Вдобавок к страшному разочарованию добавилась тревога. Она всё нарастала, и причину ее Вепрев, наверное, и сам толком не смог бы объяснить. Тут было что-то большее, чем неловкость… Тут было сомнение в способности одолеть свою ничтожность, сомнение, которое Вепрев, оказывается, давно, хотя и смутно осознавал, и только сейчас стал осознавать явно и бурно. Говорится же — „на роду написано“. А может, и впрямь так бывает? Может, и ему на роду написано прожить всю жизнь ничтожеством?

Вепрев уже с радостью отказался бы от своей затеи. Но желание преподнести Надежде Николаевне заветный дар овладело им до такой степени, что он чувствовал себя тряпичной куклой в собственных руках. И сейчас, когда первый ужас от очной ставки со своим отражением прошел, Вепрев вновь ощутил всю силу своего желания.

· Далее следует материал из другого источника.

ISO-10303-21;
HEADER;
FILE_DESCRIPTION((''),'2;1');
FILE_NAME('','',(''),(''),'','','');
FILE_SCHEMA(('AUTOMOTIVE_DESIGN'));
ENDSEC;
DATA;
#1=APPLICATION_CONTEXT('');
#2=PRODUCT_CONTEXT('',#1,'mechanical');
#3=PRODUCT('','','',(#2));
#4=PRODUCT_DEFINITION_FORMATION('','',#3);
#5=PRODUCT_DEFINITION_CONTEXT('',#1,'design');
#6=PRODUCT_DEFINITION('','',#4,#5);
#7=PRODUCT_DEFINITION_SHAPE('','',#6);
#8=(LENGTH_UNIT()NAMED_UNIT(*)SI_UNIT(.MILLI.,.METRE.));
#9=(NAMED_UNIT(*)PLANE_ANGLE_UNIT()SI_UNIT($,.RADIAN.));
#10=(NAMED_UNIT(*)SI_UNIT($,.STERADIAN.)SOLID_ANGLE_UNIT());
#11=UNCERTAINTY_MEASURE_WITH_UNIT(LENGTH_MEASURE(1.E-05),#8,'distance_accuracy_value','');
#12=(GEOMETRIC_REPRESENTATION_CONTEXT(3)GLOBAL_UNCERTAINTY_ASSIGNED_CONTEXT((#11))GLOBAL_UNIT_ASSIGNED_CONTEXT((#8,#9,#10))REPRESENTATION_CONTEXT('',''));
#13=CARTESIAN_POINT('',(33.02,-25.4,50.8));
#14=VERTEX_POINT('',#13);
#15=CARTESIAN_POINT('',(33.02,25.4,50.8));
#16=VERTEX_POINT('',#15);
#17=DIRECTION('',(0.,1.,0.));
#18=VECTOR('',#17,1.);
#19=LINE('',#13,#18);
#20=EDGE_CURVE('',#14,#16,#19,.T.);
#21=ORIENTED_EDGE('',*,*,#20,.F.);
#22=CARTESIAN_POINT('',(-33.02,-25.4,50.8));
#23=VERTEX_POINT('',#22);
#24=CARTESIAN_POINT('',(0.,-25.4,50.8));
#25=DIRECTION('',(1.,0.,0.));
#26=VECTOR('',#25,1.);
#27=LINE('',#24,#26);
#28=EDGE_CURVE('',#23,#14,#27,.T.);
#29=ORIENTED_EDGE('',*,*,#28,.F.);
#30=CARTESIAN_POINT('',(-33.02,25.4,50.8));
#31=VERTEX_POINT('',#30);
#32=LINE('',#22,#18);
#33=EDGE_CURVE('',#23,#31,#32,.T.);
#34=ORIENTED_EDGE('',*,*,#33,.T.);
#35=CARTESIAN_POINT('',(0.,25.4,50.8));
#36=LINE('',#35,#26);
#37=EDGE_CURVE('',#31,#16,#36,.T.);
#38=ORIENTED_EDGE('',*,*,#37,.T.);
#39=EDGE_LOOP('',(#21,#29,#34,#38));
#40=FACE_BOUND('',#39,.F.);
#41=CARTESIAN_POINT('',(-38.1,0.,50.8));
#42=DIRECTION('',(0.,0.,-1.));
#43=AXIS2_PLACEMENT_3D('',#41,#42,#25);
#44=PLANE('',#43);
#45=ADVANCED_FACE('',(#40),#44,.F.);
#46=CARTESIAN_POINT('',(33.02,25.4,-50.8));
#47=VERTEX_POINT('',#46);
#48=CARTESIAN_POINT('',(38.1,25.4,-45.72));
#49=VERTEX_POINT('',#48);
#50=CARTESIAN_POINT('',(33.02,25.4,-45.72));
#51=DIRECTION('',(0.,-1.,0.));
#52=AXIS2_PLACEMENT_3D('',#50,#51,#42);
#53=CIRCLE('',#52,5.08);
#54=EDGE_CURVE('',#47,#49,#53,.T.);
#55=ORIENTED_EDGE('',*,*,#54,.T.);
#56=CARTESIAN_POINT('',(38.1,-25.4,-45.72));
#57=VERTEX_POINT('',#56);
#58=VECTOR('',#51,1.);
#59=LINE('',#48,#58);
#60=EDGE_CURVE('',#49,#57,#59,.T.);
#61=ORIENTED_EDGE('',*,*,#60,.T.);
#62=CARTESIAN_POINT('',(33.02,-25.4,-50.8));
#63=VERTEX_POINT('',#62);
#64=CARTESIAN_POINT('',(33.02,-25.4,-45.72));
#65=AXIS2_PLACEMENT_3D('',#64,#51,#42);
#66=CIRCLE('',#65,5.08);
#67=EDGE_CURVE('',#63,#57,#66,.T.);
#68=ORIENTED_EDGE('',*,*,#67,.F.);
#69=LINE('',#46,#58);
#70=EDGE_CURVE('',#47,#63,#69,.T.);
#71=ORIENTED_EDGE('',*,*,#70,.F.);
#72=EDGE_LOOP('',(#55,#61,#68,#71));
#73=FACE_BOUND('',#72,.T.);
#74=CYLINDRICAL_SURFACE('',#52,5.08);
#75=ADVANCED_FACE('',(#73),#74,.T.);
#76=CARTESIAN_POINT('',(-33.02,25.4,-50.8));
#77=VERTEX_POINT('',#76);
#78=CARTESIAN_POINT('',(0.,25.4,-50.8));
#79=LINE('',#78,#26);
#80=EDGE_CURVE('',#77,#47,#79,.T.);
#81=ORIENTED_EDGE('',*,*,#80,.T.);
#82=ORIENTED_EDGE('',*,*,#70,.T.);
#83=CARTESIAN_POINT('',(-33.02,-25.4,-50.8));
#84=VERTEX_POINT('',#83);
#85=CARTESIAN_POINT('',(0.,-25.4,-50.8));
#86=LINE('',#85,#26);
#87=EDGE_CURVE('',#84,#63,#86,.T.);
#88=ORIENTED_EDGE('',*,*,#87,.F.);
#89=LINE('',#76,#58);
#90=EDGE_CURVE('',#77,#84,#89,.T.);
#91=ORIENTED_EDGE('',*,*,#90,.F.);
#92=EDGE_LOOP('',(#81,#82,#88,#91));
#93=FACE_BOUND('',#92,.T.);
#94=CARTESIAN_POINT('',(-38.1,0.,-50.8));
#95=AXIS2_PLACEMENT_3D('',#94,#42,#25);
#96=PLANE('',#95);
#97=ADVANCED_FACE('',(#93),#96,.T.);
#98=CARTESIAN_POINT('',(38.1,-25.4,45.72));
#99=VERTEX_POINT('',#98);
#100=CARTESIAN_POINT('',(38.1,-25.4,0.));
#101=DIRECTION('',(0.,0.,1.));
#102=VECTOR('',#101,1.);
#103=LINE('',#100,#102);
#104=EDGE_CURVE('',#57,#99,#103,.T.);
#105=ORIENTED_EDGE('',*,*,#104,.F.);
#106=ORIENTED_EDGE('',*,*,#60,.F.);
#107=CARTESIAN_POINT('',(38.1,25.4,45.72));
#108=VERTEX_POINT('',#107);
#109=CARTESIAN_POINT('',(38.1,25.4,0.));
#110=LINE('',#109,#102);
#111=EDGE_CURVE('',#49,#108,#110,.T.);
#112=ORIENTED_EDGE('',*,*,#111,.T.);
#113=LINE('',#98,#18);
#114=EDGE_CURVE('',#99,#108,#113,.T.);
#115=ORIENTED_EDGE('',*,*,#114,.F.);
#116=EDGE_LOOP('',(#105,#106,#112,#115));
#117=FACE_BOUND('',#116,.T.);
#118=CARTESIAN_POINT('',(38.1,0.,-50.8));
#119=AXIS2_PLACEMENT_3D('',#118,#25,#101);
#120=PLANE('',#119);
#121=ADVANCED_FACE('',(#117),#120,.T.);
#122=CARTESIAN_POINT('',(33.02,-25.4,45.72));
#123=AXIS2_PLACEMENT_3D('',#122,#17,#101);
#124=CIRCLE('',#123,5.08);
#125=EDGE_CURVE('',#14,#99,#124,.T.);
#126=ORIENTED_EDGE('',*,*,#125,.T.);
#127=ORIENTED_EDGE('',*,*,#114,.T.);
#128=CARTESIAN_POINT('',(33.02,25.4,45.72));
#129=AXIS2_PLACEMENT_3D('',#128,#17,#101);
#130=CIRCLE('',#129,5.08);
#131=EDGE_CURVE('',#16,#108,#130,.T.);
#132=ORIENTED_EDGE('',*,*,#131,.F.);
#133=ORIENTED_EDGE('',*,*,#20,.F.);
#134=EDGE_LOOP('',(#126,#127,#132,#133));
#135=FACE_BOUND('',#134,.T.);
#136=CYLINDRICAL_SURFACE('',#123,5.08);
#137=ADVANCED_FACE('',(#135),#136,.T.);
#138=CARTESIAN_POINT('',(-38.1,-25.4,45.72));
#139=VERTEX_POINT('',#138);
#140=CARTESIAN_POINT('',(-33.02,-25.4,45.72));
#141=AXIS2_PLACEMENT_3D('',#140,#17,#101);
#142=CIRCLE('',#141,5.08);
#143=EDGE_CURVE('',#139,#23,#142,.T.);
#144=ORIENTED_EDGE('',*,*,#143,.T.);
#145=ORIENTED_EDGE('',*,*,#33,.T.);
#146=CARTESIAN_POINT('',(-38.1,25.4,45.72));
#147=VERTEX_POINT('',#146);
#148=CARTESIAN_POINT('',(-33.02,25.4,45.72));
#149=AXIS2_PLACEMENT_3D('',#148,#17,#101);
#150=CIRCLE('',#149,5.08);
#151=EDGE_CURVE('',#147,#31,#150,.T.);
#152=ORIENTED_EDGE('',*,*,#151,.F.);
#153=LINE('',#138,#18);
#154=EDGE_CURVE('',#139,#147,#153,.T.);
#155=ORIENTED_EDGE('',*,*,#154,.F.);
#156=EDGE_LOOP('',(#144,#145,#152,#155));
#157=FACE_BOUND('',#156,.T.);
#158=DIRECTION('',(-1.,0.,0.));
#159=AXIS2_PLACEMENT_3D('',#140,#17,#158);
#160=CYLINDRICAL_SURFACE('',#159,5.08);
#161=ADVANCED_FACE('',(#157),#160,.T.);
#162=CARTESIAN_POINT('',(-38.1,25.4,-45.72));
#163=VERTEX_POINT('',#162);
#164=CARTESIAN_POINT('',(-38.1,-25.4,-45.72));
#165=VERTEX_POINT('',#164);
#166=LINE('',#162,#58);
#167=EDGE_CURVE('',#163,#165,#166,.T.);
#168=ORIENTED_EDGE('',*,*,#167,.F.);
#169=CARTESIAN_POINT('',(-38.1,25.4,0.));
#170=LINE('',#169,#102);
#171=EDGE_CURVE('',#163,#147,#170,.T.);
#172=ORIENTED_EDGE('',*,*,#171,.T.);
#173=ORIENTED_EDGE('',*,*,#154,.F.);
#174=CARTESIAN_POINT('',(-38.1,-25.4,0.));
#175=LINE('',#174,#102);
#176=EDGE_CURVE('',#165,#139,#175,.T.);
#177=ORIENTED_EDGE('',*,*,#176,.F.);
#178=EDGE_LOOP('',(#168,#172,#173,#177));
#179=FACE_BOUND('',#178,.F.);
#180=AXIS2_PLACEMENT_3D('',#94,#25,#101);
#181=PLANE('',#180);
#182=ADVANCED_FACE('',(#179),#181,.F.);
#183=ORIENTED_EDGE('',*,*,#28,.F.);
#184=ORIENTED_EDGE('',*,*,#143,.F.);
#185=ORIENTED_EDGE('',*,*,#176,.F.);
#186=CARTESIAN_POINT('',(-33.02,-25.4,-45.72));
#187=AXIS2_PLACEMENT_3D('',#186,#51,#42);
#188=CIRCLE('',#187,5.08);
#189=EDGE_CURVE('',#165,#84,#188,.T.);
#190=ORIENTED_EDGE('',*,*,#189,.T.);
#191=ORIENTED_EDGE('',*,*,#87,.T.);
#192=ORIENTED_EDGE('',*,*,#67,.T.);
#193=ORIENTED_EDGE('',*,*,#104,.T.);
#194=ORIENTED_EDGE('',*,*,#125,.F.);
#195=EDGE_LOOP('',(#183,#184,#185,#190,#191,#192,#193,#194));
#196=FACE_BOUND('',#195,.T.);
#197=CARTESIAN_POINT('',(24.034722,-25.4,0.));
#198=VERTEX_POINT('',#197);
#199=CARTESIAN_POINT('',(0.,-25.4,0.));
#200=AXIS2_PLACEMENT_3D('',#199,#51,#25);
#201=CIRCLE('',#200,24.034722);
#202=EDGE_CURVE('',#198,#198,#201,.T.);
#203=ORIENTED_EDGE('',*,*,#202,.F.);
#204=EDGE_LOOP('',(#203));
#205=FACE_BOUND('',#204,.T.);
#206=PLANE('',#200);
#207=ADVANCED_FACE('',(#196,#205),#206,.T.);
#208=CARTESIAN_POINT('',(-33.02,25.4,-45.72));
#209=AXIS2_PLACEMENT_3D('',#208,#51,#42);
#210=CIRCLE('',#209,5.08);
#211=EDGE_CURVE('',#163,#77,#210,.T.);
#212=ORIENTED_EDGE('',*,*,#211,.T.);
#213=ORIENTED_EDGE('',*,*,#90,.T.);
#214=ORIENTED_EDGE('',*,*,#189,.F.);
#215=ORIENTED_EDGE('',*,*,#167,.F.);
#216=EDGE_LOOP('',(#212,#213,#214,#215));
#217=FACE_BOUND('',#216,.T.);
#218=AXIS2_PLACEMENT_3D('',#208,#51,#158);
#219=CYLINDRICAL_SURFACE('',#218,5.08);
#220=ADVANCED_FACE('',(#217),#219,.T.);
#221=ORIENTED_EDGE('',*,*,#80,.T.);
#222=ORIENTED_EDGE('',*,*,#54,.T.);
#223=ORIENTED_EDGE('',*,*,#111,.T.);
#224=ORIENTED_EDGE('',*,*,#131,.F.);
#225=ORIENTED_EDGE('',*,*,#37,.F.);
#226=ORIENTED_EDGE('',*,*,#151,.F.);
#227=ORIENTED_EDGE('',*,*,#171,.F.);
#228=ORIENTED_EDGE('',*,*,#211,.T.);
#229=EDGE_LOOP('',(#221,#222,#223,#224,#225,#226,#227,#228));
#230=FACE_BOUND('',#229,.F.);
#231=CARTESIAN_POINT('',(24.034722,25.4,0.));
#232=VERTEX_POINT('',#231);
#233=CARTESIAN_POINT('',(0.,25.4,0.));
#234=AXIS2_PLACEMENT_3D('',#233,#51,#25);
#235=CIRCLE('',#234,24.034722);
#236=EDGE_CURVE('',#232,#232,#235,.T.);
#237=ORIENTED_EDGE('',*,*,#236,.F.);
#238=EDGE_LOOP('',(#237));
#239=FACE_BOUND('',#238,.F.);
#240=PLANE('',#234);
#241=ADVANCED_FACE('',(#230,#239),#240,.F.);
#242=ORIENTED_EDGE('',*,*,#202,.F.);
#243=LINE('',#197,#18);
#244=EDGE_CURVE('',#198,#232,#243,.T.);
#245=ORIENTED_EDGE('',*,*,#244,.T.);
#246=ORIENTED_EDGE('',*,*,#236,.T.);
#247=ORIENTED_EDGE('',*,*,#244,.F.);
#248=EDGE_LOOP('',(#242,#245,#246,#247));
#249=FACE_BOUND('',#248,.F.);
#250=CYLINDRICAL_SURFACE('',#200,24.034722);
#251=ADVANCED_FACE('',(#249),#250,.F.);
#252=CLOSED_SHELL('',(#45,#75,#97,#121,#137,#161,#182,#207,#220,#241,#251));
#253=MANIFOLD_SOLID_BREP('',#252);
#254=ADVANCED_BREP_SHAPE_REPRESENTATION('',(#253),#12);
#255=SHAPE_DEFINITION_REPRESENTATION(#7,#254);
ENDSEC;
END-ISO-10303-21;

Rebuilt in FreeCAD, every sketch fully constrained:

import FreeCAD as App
import Part
import Sketcher

V = App.Vector
Q = App.Units.Quantity


def edges_at(feature, points):
    """Names of the edges that pass closest to the given points."""
    edges = feature.Shape.Edges
    near = lambda p: min(range(len(edges)), key=lambda i: edges[i].distToShape(Part.Vertex(*p))[0])
    return sorted({f"Edge{near(p) + 1}" for p in points})

doc = App.newDocument("Part")
params = doc.addObject("Spreadsheet::Sheet", "Params")
for row, (alias, value) in enumerate([
    ("sketch1_width", "3 in"),
    ("sketch1_height", "4 in"),
    ("pad1_length", "2 in"),
    ("fillet_radius", "0.2 in"),
], start=1):
    params.set(f"A{row}", alias)
    params.set(f"B{row}", "=" + value)
    params.setAlias(f"B{row}", alias)

body = doc.addObject("PartDesign::Body", "Body")

# Sketch on XZ plane
sketch1 = body.newObject("Sketcher::SketchObject", "Sketch")
sketch1.AttachmentSupport = (doc.getObject("XZ_Plane"), [""])
sketch1.MapMode = "FlatFace"
sketch1.addGeometry(Part.LineSegment(V(-38.1, 50.8, 0), V(-38.1, -50.8, 0)), False)
sketch1.addGeometry(Part.LineSegment(V(-38.1, -50.8, 0), V(38.1, -50.8, 0)), False)
sketch1.addGeometry(Part.LineSegment(V(38.1, -50.8, 0), V(38.1, 50.8, 0)), False)
sketch1.addGeometry(Part.LineSegment(V(38.1, 50.8, 0), V(-38.1, 50.8, 0)), False)
sketch1.addConstraint(Sketcher.Constraint("Coincident", 0, 2, 1, 1))
sketch1.addConstraint(Sketcher.Constraint("Coincident", 1, 2, 2, 1))
sketch1.addConstraint(Sketcher.Constraint("Coincident", 2, 2, 3, 1))
sketch1.addConstraint(Sketcher.Constraint("Coincident", 3, 2, 0, 1))
sketch1.addConstraint(Sketcher.Constraint("Vertical", 0))
sketch1.addConstraint(Sketcher.Constraint("Horizontal", 1))
sketch1.addConstraint(Sketcher.Constraint("Vertical", 2))
sketch1.addConstraint(Sketcher.Constraint("Horizontal", 3))
sketch1.addConstraint(Sketcher.Constraint("Symmetric", 0, 2, 2, 2, -1, 1))
sketch1.addConstraint(Sketcher.Constraint("DistanceX", 1, 1, 1, 2, Q("3 in")))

О, как небрежно он сделает подарок даме своего сердца! Пусть, пусть эти ученые купеческие сынки дарят ей дурацкие книжонки и возят на свои странные сборища (в „Яр“, не иначе). Настоящая женщина знает истинную цену неброскому эдельвейсу, сорванному на вершине Монблана: кручи, пропасти, лавины! Стужа, волки, пастухи-скотоложники! Сколько отваги останется в тени его скромного дара: „Вот, мимо проходил…“ Тушин! Капитан Тушин! Даром, что с виду тоже неказист! Если же кружка и впрямь окажется золотой, это нисколько не умалит ее нравственную ценность. Отнюдь… Отнюдь… Ландграф хоть и циник, а прав: женщина, особливо настоящая, ценит в кавалере прежде всего добытчика, охотника на мамонтов. И потом, был еще святой Грааль… Тоже, говорят, из золота, и тоже — Вепрев снова оглядел свой костюм убедительно восточного покроя — у сарацин отнимали.

Вепрев еще раз представил сконфуженные физиономии Москвина и Сытина, удивление в глазах Надежды Николаевны, переходящее в ошеломление, обожание, страсть, ощутил пожатие ее ручки и даже почувствовал поцелуй на своих губах (а почему бы и нет!), услышал ее робкий шепот: „Благодарю тебя, мой Парис!“ Нет, „Благодарю тебя, мой Айвенго!“… Сколько раз он видел все это в своих грезах! Сколько раз, пыхтя в постели слабоумной шлюхи с Грачёвки, он мысленно брал Надежду Николаевну штурмом!